Two other solo opinions illuminated a few other tangential philosophical points that failed to gain traction with other justices. Justice Thomas wrote a solo dissent in which he explained why he thinks the tariffs satisfy nondelegation doctrine scrutiny, namely that nondelegation only applies to delegated “power[s] to make substantive rules setting the conditions for deprivations of life, liberty, or property.” He says this refers only to rules of private conduct, rather than interactions with the government like duties and tariffs. This is an uncommonly narrow view of the nondelegation doctrine for a conservative Justice. Justice Jackson’s solo concurrence was very brief and argued for a consideration of the legislative history in this case, which she claimed counseled strongly against permitting the tariffs to stay in place. Investigating legislative intent has fallen out of favor with most of the Justices because it can be an imprecise way of figuring out how a law should function, especially when you can simply examine the law itself. Justice Jackson has signaled her desire to return to the practice anyway.  

Ultimately, the practical implications of this decision are likely to be mixed and take at least months to sort out. For starters, if the IEEPA tariffs were unconstitutional all along, businesses and American consumer groups both could plausibly seek some sort of refunds.
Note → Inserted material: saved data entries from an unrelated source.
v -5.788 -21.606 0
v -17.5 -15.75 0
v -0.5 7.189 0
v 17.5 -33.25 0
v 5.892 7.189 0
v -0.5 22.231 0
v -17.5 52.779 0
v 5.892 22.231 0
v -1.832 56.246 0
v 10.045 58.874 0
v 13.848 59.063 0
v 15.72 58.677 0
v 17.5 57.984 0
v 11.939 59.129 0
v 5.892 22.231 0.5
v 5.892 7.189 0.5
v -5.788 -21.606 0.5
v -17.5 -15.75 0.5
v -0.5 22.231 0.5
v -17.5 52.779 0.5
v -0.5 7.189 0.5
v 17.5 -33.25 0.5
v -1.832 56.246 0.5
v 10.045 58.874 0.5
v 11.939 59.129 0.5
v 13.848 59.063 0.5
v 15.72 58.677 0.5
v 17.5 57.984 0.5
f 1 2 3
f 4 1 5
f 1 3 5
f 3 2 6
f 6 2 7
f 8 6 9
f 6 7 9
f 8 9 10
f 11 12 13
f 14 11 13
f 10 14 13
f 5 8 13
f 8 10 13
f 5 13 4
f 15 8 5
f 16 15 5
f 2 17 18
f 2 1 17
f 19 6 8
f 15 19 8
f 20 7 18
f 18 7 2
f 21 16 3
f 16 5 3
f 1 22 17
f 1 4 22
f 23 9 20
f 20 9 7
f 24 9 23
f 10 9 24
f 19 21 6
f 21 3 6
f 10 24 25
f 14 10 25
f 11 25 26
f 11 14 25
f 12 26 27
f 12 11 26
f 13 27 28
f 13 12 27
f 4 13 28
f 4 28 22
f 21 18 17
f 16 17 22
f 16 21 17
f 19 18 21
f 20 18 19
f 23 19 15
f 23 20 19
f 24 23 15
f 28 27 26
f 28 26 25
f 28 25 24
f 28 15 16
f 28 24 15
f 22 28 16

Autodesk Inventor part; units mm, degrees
ref_plane "YZ Plane" through (0, 0, 0) normal (1, 0, 0) x (0, 1, 0)
ref_plane "XZ Plane" through (0, 0, 0) normal (0, 1, 0) x (-1, 0, 0)
ref_plane "XY Plane" through (0, 0, 0) normal (0, 0, 1) x (1, 0, 0)
sketch "Sketch1" plane through (0, 0, 0) normal (0, 0, 1) x (1, 0, 0)
  line L0 (7.5, 3.8038) -> (3.6225, 3.8038) projected
  arc A0 (1.9153, 4.762) -> (3.6225, 3.8038) centre (3.6225, 5.8038) ccw projected
  line L1 (1.9153, 4.762) -> (-2.2072, 11.517) projected
  arc A1 (-2.5, 12.5588) -> (-2.2072, 11.517) centre (-0.5, 12.5588) ccw projected
  line L2 (-2.5, 12.5588) -> (-2.5, 21.8038) projected
  arc A2 (-0.5, 23.8038) -> (-2.5, 21.8038) centre (-0.5, 21.8038) ccw projected
  line L3 (-0.5, 23.8038) -> (7.5, 23.8038) projected
  line L4 (7.5, 23.8038) -> (7.5, 3.8038) projected
  spline S0 degree 3 poles (-6.0485, -11.2843) (-6.0213, -11.0209) (-5.9428, -10.7653) (-5.6929, -10.2997) (-5.524, -10.094) (-5.1467, -9.7842) (-4.9505, -9.6718) (-4.5292, -9.5173) (-4.3073, -9.4763) (-4.0832, -9.4731) knots 0 0 0 0 0.079442 0.079442 0.158531 0.158531 0.225919 0.225919 0.293184 0.293184 0.293184 0.293184 projected
  line L5 (-6.0485, -11.2843) -> (-6.563, -16.2598) projected
  line L6 (-6.563, -16.2598) -> (-6.8849, -19.6266) projected
  arc A3 (-6.8849, -19.6266) -> (-5.7884, -21.6058) centre (-4.894, -19.817) ccw projected
  line L7 (17.5, -33.2499) -> (-5.7884, -21.6058) projected
  line L8 (17.5, 31.9794) -> (17.5, -33.2499) projected
  arc A4 (4.376, 33.2499) -> (17.5, 31.9794) centre (12.5, 48.7499) ccw projected
  arc A5 (-1.8324, 56.2463) -> (4.376, 33.2499) centre (12.5, 47.7794) ccw projected
  line L9 (-1.8324, 56.2463) -> (-17.5, 52.7794) projected
  line L10 (-17.5, 52.7794) -> (-17.5, 3.0185) projected
  ellipse E0 centre (-15.5, 3.0185) end of major axis (-15.5, 1.0011) minor radius 2 (-17.5, 3.0185) -> (-15.6888, 1.0101) ccw projected
  line L11 (-15.6888, 1.0101) -> (-3.1949, -0.1848) projected
  line L12 (-3.1949, -0.1848) -> (-4.0832, -9.4731) projected
  circle A6 centre (-12, 26.728) radius 1.25 projected
  circle A7 centre (5.3255, 26.728) radius 1.25 projected
  line L13 (-14, 9.2999) -> (-10, 9.2999) projected
  line L14 (-14, 15.6999) -> (-14, 9.2999) projected
  line L15 (-10, 15.6999) -> (-14, 15.6999) projected
  line L16 (-10, 9.2999) -> (-10, 15.6999) projected
  line L17 (13.7851, 6.0601) -> (9.7851, 6.0601) projected
  line L18 (13.7851, -0.3399) -> (13.7851, 6.0601) projected
  line L19 (9.7851, -0.3399) -> (13.7851, -0.3399) projected
  line L20 (9.7851, 6.0601) -> (9.7851, -0.3399) projected
  circle A8 centre (7.1425, -8.6154) radius 1.25 projected
  line L21 (17.5, -33.2499) -> (-17.5, -15.7501) projected
  line L22 (-17.5, -15.7501) -> (-17.5, -17.9862) projected
  line L23 (-17.5, -17.9862) -> (17.5, -35.486) projected
  line L24 (17.5, -35.486) -> (17.5, -33.2499) projected
  line L25 (-1.4649, 56.8397) -> (-18, 53.1809) projected
  line L26 (-18, 53.1809) -> (-18, -17.9862) projected
  line L27 (-18, -17.9862) -> (-17.5, -17.9862) projected
  line L28 (-17.5, -17.9862) -> (-17.5, 52.7794) projected
  line L29 (-17.5, 52.7794) -> (-1.8324, 56.2463) projected
  arc A9 (-1.4649, 56.8397) -> (-1.8324, 56.2463) centre (12.5, 47.7794) ccw projected
  line L30 (19.5, -37.0206) -> (19.5, 31.9794) projected
  line L31 (19.5, 31.9794) -> (17.5, 31.9794) projected
  line L32 (17.5, -37.0206) -> (17.5, 31.9794) projected
  line L33 (19.5, -37.0206) -> (17.5, -37.0206) projected
  circle A10 centre (12.5, 47.7794) radius 15.02 projected
  line L34 (-1.4649, 56.8397) -> (-11.9805, 54.5129)
  line L35 (-11.9805, 54.5129) -> (26.5324, 63.5095)
  line L36 (17.5, 31.9794) -> (17.5, 20.7849)
  line L37 (17.5, 20.7849) -> (17.5, 78.444)
  circle A11 centre (12.5, 47.7794) radius 12.1257
  line L38 (-17.5, -15.7501) -> (-17.5, 52.7794)
  line L39 (-1.8324, 56.2463) -> (11.2654, 59.1445)
  line L40 (11.2654, 59.1445) -> (26.5324, 62.5227)
  circle A12 centre (12.5, 47.7794) radius 11.3634
  line L41 (5.8925, 7.1892) -> (-0.5, 7.1892)
  line L42 (-0.5, 7.1892) -> (-0.5, 22.231)
  line L43 (-0.5, 22.231) -> (5.8925, 22.231)
  line L44 (5.8925, 22.231) -> (5.8925, 7.1892)
  point P0 (0, 0)
  point P1 (17.5, 57.9837)
  point P2 (10.0449, 58.8745)
extrude "Extrusion1" add sketch "Sketch1" along normal blind 0.5 contours L0 A0 L1 L41 L44 L43 L42 A1 L2 A2 L3 L4 | L5 L6 A3 L21 L28 E0 L11 L12 S0 | S0 L12 L11 E0 L10 L9 A5 A4 L8 L7 A3 L6 L5 | L39 A10 L37 A4 A5 | L39 A11 L37 A10 | L39 A12 L37 A11 | A12 L37 | L14 L15 L16 L13 | L18 L19 L20 L17 picked at (9.8401, 51.5561)
sketch "Sketch2" plane through (0, 0, 0.5) normal (0, 0, 1) x (1, 0, 0)
  line L0 (17.5, -33.2499) -> (17.5, 57.9837) projected
  arc A0 (17.5, 57.9837) -> (10.0449, 58.8745) centre (12.5, 47.7794) ccw projected
  line L1 (10.0449, 58.8745) -> (-17.5, 52.7794) projected
  line L2 (-17.5, 52.7794) -> (-17.5, -15.7501) projected
  line L3 (-17.5, -15.7501) -> (17.5, -33.2499) projected
  circle A1 centre (-12, 26.728) radius 1.25 projected
  circle A2 centre (5.3255, 26.728) radius 1.25 projected
  circle A3 centre (7.1425, -8.6154) radius 1.25 projected
  line L4 (-0.5, 7.1892) -> (-0.5, 22.231) projected
  line L5 (-0.5, 22.231) -> (5.8925, 22.231) projected
  line L6 (5.8925, 22.231) -> (5.8925, 7.1892) projected
  line L7 (5.8925, 7.1892) -> (-0.5, 7.1892) projected
  point P0 (0, 0)
extrude "Extrusion2" add sketch "Sketch2" against normal blind 0.5 contours A1 | A2 | A3
properties part number "pokrywa lewa" material "Aluminum 6061"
But figuring out who would be eligible, and how much they could receive, is likely to be a very long and contentious process. Second, there are several other statutes that President Trump has previously used to impose tariffs that he could invoke again. Justice Kavanaugh mentioned three in his dissent, and said that because those options remain, “the decision might not substantially constrain a President’s ability to order tariffs going forward.” Nevertheless, these other statutes have restrictions like time limits and agency action in them that will restrict the President’s ability to recreate the IEEPA tariffs entirely. President Trump has already indicated that he intends to use these statutes to replace IEEPA tariffs in the upcoming months, so Justice Kavanaugh’s prediction that the immediate effects of the majority opinion on markets and price levels may be modest may come true.  

This case is the latest in a long series of recent decisions where the Supreme Court invalidates executive action because they did not find sufficient statutory authorization. See National Federation of Independent Business v. OSHA, 595 U. S. 109 (2022) (vaccine mandates); West Virginia v. EPA, 597 U. S. 697 (2022) (power plant regulations); FDA v. Brown & Williamson Tobacco Corp., 529 U. S. 120 (2000) (tobacco regulations); and Biden v. Nebraska, 600 U. S. 477 (2023) (student loan forgiveness). These cases reflect dissatisfaction with the increasing congressional dysfunction and inability to legislate. As the pace of formal lawmaking sputters, the Court has made clear it will not condone a redefinition of the role of the Executive Branch to take on Congress’s functions. Given this, it is likely that the Major Questions Doctrine will remain key to deciding many of the high-profile cases that the Court decides in the years to come.